### WHAT YOU HAVE TO DO
Type out every line of the data again, exactly.
☆ ☆ ☆
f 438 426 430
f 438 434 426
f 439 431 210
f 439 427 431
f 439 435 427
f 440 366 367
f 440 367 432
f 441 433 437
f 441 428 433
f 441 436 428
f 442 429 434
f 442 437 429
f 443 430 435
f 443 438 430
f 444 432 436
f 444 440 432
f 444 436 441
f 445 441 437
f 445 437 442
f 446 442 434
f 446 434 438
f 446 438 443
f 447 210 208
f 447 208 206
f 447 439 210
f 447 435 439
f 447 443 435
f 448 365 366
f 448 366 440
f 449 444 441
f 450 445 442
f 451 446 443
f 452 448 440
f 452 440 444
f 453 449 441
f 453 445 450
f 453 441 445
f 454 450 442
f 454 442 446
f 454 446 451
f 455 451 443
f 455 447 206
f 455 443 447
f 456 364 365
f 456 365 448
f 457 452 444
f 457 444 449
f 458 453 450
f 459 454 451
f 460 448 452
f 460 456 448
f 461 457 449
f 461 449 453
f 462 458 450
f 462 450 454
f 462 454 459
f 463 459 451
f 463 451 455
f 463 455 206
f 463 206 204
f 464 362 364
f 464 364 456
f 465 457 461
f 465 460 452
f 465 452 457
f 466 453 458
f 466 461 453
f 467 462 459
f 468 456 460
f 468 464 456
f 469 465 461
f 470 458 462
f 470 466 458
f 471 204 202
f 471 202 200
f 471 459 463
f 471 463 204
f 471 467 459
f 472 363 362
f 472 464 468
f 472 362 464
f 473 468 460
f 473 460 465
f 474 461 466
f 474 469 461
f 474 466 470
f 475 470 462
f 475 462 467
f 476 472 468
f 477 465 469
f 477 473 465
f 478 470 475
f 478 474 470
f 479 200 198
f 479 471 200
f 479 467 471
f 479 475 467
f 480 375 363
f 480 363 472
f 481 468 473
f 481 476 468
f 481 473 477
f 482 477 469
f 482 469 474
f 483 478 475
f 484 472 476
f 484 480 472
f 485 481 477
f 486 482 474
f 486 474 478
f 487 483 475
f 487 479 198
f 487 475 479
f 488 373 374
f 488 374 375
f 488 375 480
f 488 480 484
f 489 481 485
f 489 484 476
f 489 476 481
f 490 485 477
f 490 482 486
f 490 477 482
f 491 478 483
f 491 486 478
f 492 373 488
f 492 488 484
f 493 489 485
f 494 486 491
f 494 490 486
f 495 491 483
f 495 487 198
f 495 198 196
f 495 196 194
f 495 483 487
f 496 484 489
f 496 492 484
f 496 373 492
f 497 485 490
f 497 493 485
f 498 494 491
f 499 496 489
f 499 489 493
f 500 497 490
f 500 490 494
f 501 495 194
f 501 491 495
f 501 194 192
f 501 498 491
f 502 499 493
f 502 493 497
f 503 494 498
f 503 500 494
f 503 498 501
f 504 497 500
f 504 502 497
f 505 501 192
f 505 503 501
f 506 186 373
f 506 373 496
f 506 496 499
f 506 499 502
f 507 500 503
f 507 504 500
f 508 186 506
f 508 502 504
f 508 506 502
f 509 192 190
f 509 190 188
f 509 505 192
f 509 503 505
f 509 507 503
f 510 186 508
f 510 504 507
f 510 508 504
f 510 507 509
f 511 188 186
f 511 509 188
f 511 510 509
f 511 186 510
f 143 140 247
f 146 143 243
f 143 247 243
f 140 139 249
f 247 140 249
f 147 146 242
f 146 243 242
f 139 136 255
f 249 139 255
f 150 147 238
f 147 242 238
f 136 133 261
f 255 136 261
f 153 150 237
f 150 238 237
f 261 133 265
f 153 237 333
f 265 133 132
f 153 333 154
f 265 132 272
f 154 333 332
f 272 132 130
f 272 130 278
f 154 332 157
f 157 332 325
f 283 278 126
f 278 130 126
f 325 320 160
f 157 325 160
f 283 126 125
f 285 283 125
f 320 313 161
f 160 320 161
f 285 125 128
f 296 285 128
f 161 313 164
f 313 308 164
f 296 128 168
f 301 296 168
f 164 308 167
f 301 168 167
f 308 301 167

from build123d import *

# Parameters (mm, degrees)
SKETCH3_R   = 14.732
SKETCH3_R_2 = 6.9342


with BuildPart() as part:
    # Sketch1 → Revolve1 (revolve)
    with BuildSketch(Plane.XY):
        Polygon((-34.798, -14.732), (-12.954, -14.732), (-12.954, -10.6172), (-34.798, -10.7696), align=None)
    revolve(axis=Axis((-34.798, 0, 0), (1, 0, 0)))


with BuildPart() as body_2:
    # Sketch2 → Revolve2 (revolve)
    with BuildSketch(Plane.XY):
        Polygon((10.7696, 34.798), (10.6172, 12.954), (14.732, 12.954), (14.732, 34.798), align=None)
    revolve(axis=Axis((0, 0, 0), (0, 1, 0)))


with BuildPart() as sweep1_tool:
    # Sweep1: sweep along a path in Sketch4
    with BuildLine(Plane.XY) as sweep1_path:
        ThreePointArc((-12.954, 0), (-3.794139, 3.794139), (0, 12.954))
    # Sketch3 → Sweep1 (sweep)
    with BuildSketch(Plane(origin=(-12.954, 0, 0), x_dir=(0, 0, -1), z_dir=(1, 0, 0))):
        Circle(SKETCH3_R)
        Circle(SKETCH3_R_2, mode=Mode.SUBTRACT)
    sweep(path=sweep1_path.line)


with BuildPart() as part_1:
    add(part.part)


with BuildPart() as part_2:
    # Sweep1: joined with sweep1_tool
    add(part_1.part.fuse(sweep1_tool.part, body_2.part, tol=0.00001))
☆ ☆ ☆
### TASK OUTPUT
f 438 426 430
f 438 434 426
f 439 431 210
f 439 427 431
f 439 435 427
f 440 366 367
f 440 367 432
f 441 433 437
f 441 428 433
f 441 436 428
f 442 429 434
f 442 437 429
f 443 430 435
f 443 438 430
f 444 432 436
f 444 440 432
f 444 436 441
f 445 441 437
f 445 437 442
f 446 442 434
f 446 434 438
f 446 438 443
f 447 210 208
f 447 208 206
f 447 439 210
f 447 435 439
f 447 443 435
f 448 365 366
f 448 366 440
f 449 444 441
f 450 445 442
f 451 446 443
f 452 448 440
f 452 440 444
f 453 449 441
f 453 445 450
f 453 441 445
f 454 450 442
f 454 442 446
f 454 446 451
f 455 451 443
f 455 447 206
f 455 443 447
f 456 364 365
f 456 365 448
f 457 452 444
f 457 444 449
f 458 453 450
f 459 454 451
f 460 448 452
f 460 456 448
f 461 457 449
f 461 449 453
f 462 458 450
f 462 450 454
f 462 454 459
f 463 459 451
f 463 451 455
f 463 455 206
f 463 206 204
f 464 362 364
f 464 364 456
f 465 457 461
f 465 460 452
f 465 452 457
f 466 453 458
f 466 461 453
f 467 462 459
f 468 456 460
f 468 464 456
f 469 465 461
f 470 458 462
f 470 466 458
f 471 204 202
f 471 202 200
f 471 459 463
f 471 463 204
f 471 467 459
f 472 363 362
f 472 464 468
f 472 362 464
f 473 468 460
f 473 460 465
f 474 461 466
f 474 469 461
f 474 466 470
f 475 470 462
f 475 462 467
f 476 472 468
f 477 465 469
f 477 473 465
f 478 470 475
f 478 474 470
f 479 200 198
f 479 471 200
f 479 467 471
f 479 475 467
f 480 375 363
f 480 363 472
f 481 468 473
f 481 476 468
f 481 473 477
f 482 477 469
f 482 469 474
f 483 478 475
f 484 472 476
f 484 480 472
f 485 481 477
f 486 482 474
f 486 474 478
f 487 483 475
f 487 479 198
f 487 475 479
f 488 373 374
f 488 374 375
f 488 375 480
f 488 480 484
f 489 481 485
f 489 484 476
f 489 476 481
f 490 485 477
f 490 482 486
f 490 477 482
f 491 478 483
f 491 486 478
f 492 373 488
f 492 488 484
f 493 489 485
f 494 486 491
f 494 490 486
f 495 491 483
f 495 487 198
f 495 198 196
f 495 196 194
f 495 483 487
f 496 484 489
f 496 492 484
f 496 373 492
f 497 485 490
f 497 493 485
f 498 494 491
f 499 496 489
f 499 489 493
f 500 497 490
f 500 490 494
f 501 495 194
f 501 491 495
f 501 194 192
f 501 498 491
f 502 499 493
f 502 493 497
f 503 494 498
f 503 500 494
f 503 498 501
f 504 497 500
f 504 502 497
f 505 501 192
f 505 503 501
f 506 186 373
f 506 373 496
f 506 496 499
f 506 499 502
f 507 500 503
f 507 504 500
f 508 186 506
f 508 502 504
f 508 506 502
f 509 192 190
f 509 190 188
f 509 505 192
f 509 503 505
f 509 507 503
f 510 186 508
f 510 504 507
f 510 508 504
f 510 507 509
f 511 188 186
f 511 509 188
f 511 510 509
f 511 186 510
f 143 140 247
f 146 143 243
f 143 247 243
f 140 139 249
f 247 140 249
f 147 146 242
f 146 243 242
f 139 136 255
f 249 139 255
f 150 147 238
f 147 242 238
f 136 133 261
f 255 136 261
f 153 150 237
f 150 238 237
f 261 133 265
f 153 237 333
f 265 133 132
f 153 333 154
f 265 132 272
f 154 333 332
f 272 132 130
f 272 130 278
f 154 332 157
f 157 332 325
f 283 278 126
f 278 130 126
f 325 320 160
f 157 325 160
f 283 126 125
f 285 283 125
f 320 313 161
f 160 320 161
f 285 125 128
f 296 285 128
f 161 313 164
f 313 308 164
f 296 128 168
f 301 296 168
f 164 308 167
f 301 168 167
f 308 301 167

from build123d import *

# Parameters (mm, degrees)
SKETCH3_R   = 14.732
SKETCH3_R_2 = 6.9342


with BuildPart() as part:
    # Sketch1 → Revolve1 (revolve)
    with BuildSketch(Plane.XY):
        Polygon((-34.798, -14.732), (-12.954, -14.732), (-12.954, -10.6172), (-34.798, -10.7696), align=None)
    revolve(axis=Axis((-34.798, 0, 0), (1, 0, 0)))


with BuildPart() as body_2:
    # Sketch2 → Revolve2 (revolve)
    with BuildSketch(Plane.XY):
        Polygon((10.7696, 34.798), (10.6172, 12.954), (14.732, 12.954), (14.732, 34.798), align=None)
    revolve(axis=Axis((0, 0, 0), (0, 1, 0)))


with BuildPart() as sweep1_tool:
    # Sweep1: sweep along a path in Sketch4
    with BuildLine(Plane.XY) as sweep1_path:
        ThreePointArc((-12.954, 0), (-3.794139, 3.794139), (0, 12.954))
    # Sketch3 → Sweep1 (sweep)
    with BuildSketch(Plane(origin=(-12.954, 0, 0), x_dir=(0, 0, -1), z_dir=(1, 0, 0))):
        Circle(SKETCH3_R)
        Circle(SKETCH3_R_2, mode=Mode.SUBTRACT)
    sweep(path=sweep1_path.line)


with BuildPart() as part_1:
    add(part.part)


with BuildPart() as part_2:
    # Sweep1: joined with sweep1_tool
    add(part_1.part.fuse(sweep1_tool.part, body_2.part, tol=0.00001))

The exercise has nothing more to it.